• _Exercise requirements_
Among the entries below, please repeat exactly and only the lines from the line containing "Line((1.55613054, -9.91539795), (3.917713804, -9.916320319))" to the line containing "Line((4.208325788, -4.855461794), (4.208325788, -9.916433824))", both lines included.

• _Material for this exercise_

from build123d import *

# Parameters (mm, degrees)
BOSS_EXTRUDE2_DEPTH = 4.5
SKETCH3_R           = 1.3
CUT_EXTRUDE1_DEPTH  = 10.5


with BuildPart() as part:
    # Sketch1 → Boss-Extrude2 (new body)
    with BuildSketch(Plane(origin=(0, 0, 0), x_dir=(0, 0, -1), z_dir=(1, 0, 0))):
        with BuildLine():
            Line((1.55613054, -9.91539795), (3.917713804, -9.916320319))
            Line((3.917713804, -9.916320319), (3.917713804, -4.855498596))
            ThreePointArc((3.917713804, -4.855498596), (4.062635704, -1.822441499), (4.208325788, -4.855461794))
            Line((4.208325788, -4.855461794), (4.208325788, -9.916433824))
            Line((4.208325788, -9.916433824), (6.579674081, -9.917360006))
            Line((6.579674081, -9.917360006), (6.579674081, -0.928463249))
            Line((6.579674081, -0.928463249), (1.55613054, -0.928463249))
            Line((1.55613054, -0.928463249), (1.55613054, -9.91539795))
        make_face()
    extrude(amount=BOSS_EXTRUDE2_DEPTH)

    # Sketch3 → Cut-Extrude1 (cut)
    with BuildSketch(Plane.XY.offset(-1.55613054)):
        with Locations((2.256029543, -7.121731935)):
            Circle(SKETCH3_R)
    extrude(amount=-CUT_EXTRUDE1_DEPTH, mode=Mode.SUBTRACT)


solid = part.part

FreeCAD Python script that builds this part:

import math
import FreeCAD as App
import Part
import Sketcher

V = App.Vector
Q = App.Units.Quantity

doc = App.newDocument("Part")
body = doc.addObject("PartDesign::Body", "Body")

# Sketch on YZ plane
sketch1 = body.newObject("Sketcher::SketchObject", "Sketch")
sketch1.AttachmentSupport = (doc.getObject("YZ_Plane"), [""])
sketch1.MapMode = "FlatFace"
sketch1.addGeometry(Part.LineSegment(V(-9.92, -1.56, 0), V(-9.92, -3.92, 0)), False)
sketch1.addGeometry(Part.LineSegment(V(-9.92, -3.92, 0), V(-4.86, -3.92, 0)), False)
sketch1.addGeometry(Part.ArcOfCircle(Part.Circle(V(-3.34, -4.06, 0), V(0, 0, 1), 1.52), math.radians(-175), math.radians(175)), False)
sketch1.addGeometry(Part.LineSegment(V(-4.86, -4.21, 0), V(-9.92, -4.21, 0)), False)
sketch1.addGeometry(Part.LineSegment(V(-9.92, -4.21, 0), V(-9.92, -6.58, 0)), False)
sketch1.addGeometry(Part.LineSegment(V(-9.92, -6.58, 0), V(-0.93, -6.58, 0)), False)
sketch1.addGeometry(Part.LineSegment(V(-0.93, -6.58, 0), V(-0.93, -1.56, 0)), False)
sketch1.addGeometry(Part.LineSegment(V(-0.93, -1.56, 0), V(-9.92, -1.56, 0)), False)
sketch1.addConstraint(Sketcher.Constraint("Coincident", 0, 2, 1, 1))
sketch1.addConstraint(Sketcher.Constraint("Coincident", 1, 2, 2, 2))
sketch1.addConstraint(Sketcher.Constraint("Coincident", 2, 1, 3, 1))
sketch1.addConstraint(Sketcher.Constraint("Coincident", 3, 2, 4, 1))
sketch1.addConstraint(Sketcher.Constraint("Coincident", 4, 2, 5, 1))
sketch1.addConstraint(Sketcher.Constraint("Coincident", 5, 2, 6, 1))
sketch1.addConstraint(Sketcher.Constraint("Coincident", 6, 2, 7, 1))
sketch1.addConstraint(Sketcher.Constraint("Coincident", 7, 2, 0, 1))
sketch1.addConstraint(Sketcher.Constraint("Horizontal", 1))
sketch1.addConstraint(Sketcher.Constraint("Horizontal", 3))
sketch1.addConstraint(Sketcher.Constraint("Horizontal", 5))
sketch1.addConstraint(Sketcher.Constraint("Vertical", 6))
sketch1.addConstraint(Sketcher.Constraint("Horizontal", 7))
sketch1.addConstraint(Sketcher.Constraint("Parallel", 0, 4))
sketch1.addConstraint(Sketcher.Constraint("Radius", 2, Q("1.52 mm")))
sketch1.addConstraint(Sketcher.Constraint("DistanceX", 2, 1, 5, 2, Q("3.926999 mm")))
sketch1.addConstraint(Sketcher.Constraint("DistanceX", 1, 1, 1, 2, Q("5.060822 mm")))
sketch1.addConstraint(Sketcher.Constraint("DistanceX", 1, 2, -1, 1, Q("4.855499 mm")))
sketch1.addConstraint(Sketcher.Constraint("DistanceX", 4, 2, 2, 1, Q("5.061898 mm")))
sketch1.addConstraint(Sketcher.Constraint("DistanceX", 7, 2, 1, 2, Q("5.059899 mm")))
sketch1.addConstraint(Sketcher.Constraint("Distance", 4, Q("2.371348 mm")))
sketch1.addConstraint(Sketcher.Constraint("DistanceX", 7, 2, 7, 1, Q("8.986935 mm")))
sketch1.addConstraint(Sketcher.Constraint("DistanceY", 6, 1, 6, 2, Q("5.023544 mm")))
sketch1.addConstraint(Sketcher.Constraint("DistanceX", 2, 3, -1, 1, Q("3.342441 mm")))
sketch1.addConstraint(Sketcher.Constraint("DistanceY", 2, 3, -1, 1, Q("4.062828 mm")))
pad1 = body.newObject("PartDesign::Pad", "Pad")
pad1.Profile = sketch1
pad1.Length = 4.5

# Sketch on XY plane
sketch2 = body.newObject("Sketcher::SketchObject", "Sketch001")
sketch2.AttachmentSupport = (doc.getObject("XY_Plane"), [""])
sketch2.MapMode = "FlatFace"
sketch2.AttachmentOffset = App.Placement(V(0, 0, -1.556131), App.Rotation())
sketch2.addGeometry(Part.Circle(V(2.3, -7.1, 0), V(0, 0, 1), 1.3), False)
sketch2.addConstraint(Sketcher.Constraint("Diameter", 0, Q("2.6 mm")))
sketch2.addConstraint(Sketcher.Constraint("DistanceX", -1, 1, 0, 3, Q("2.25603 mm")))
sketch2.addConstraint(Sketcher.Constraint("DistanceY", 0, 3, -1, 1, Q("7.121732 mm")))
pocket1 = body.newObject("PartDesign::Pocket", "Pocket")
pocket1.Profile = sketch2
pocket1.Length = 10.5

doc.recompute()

• _Problem solution_
            Line((1.55613054, -9.91539795), (3.917713804, -9.916320319))
            Line((3.917713804, -9.916320319), (3.917713804, -4.855498596))
            ThreePointArc((3.917713804, -4.855498596), (4.062635704, -1.822441499), (4.208325788, -4.855461794))
            Line((4.208325788, -4.855461794), (4.208325788, -9.916433824))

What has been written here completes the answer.